[Saved data entries]
----------

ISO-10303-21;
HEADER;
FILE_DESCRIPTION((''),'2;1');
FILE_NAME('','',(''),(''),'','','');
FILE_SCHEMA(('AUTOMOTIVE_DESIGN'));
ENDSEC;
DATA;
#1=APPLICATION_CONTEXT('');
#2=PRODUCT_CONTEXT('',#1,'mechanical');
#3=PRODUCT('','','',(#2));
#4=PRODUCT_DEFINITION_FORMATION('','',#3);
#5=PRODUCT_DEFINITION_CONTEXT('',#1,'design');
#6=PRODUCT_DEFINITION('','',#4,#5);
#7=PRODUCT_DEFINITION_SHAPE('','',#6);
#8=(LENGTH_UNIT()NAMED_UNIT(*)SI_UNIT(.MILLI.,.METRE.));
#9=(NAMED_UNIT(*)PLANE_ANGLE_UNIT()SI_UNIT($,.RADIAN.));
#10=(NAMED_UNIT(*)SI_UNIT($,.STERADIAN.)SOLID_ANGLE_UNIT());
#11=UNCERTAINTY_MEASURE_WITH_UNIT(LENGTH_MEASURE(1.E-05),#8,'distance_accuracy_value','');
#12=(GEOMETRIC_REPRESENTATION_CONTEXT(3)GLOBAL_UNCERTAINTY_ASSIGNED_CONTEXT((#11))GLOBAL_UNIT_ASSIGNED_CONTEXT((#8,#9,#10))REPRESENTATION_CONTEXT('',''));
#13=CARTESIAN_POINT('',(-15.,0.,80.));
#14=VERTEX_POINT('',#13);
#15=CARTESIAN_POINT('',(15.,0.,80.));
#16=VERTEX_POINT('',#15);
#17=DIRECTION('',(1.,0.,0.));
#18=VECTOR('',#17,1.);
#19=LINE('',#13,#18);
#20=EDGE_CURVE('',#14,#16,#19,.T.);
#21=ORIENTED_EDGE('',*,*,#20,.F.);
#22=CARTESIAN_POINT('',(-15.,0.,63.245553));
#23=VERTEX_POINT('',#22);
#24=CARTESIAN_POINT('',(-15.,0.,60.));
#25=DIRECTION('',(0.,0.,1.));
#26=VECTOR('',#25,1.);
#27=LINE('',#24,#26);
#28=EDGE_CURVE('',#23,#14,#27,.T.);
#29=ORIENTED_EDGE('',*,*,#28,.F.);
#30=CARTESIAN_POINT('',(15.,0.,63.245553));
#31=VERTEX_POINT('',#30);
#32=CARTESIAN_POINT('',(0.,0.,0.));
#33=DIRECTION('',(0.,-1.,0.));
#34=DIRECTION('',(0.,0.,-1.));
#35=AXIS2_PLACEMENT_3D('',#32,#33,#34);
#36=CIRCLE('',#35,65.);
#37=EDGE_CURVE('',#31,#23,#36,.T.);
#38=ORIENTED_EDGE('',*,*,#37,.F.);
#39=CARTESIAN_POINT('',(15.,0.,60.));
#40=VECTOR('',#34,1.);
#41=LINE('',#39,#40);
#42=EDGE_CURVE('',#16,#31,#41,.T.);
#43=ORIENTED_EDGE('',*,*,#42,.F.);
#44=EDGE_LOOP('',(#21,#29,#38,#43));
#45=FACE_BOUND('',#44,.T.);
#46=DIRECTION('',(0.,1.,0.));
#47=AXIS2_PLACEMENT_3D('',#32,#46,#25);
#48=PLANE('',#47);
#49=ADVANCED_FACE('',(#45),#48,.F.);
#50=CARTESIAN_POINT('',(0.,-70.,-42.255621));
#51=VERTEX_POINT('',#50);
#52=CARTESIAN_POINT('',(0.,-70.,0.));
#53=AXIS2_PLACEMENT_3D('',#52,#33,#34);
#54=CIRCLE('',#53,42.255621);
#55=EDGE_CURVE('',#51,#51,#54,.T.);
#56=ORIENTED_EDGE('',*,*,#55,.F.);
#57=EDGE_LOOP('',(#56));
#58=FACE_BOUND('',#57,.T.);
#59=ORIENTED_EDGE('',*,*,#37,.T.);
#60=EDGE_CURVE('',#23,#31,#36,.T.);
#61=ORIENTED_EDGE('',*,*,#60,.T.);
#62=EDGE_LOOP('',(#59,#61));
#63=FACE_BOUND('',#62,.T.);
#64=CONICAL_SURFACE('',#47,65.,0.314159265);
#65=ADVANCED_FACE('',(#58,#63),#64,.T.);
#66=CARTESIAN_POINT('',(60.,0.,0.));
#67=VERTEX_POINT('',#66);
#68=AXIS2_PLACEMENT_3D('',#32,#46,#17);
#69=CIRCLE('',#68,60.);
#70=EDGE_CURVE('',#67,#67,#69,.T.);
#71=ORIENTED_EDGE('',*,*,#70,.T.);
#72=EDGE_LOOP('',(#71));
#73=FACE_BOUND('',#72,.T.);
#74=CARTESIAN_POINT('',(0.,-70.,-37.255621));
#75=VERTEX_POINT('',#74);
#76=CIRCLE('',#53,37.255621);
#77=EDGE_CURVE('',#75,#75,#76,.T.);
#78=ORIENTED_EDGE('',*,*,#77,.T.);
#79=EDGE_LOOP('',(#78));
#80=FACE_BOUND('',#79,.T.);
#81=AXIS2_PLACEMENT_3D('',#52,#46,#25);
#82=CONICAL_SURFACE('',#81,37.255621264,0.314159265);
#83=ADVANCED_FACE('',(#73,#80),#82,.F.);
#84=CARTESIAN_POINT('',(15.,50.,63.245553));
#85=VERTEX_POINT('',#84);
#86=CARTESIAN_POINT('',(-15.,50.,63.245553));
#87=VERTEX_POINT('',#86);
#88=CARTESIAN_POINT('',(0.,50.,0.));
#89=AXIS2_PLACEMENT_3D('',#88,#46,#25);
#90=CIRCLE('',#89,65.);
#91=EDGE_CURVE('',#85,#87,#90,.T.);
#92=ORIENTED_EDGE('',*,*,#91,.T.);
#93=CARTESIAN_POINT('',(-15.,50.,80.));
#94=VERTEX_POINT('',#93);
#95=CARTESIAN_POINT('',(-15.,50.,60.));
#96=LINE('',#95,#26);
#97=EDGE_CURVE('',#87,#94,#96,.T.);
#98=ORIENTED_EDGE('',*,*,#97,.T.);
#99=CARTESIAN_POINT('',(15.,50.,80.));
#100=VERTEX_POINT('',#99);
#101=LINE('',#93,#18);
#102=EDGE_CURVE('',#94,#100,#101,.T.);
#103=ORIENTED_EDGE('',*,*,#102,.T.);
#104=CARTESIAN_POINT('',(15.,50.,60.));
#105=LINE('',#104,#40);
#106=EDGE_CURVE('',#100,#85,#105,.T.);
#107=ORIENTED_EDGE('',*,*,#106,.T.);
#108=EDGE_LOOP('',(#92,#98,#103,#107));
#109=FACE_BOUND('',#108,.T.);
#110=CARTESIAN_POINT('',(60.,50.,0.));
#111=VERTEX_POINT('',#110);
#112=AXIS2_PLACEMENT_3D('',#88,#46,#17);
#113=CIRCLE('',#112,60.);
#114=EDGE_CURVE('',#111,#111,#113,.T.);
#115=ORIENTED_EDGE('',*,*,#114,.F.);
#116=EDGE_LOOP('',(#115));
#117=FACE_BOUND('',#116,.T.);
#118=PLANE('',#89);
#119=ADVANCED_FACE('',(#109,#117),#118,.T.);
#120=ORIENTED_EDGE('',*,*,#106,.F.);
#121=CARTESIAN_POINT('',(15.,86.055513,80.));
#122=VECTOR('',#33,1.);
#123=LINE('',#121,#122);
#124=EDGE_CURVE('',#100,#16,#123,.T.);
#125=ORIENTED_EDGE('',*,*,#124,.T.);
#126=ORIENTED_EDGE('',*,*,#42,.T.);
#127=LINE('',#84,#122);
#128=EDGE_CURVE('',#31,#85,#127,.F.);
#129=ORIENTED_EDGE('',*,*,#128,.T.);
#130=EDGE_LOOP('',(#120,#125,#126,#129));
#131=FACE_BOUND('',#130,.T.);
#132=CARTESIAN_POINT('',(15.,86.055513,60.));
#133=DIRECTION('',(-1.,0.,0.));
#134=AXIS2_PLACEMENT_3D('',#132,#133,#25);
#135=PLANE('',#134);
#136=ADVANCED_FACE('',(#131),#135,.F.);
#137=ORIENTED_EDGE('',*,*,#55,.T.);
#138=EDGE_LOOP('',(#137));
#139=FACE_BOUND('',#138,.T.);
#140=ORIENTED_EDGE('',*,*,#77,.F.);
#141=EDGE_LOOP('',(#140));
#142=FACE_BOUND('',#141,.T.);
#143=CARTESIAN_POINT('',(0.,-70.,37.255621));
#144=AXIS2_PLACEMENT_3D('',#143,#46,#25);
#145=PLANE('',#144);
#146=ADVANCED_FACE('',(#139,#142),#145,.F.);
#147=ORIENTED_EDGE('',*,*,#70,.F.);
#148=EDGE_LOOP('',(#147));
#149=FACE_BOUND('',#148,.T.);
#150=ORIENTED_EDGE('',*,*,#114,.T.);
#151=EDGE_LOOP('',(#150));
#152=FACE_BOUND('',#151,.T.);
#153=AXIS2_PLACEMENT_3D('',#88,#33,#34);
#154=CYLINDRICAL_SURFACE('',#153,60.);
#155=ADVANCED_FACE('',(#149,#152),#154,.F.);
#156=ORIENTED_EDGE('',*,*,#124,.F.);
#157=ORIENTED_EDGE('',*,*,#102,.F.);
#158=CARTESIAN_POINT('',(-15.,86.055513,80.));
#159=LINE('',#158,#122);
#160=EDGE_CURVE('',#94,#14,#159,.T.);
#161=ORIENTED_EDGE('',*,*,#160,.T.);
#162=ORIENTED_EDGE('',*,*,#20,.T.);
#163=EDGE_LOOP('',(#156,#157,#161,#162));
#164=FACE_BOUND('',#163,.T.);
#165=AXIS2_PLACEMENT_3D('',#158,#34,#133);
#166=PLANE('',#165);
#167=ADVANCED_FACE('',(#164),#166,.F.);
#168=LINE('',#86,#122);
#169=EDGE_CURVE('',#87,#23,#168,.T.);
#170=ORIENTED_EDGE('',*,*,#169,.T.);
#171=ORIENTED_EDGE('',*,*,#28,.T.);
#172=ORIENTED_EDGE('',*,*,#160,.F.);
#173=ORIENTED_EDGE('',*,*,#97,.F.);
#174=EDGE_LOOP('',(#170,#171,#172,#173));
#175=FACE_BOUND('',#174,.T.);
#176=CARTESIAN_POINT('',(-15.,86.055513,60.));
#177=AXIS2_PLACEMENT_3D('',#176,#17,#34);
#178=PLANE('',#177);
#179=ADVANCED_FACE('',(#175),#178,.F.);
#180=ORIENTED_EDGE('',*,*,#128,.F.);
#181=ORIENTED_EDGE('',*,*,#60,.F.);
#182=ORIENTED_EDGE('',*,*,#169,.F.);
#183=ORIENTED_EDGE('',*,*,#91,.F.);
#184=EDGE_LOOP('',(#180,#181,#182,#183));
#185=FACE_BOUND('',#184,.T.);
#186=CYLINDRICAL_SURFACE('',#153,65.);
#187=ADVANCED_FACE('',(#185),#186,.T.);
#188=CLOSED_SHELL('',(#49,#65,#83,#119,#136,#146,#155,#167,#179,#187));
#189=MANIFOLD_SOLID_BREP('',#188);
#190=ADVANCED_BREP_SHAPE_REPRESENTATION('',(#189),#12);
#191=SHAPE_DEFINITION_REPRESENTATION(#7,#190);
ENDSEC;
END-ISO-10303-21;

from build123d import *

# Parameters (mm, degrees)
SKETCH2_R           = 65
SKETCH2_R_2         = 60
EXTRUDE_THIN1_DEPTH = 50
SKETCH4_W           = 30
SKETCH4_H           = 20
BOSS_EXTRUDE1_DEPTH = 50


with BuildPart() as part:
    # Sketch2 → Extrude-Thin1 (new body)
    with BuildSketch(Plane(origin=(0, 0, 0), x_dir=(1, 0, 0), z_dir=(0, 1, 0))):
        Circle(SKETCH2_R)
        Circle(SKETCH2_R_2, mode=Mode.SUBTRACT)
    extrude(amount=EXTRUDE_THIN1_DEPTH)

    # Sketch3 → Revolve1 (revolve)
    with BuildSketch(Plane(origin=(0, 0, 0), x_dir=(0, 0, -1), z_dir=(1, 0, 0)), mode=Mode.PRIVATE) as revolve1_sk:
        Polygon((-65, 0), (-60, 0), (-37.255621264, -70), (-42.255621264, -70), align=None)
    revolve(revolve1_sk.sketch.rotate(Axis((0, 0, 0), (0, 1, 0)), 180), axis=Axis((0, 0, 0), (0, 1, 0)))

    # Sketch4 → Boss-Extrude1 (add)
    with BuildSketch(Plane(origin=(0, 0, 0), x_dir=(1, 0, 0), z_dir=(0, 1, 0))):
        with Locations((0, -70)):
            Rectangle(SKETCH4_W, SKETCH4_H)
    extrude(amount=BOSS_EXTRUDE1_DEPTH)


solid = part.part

----------

# Goal of the exercise
Taking the entries from their first line through the line with "#4=PRODUCT_DEFINITION_FORMATION('','',#3);", inclusive, restate each line word for word and give nothing else.

# Exercise solution
ISO-10303-21;
HEADER;
FILE_DESCRIPTION((''),'2;1');
FILE_NAME('','',(''),(''),'','','');
FILE_SCHEMA(('AUTOMOTIVE_DESIGN'));
ENDSEC;
DATA;
#1=APPLICATION_CONTEXT('');
#2=PRODUCT_CONTEXT('',#1,'mechanical');
#3=PRODUCT('','','',(#2));
#4=PRODUCT_DEFINITION_FORMATION('','',#3);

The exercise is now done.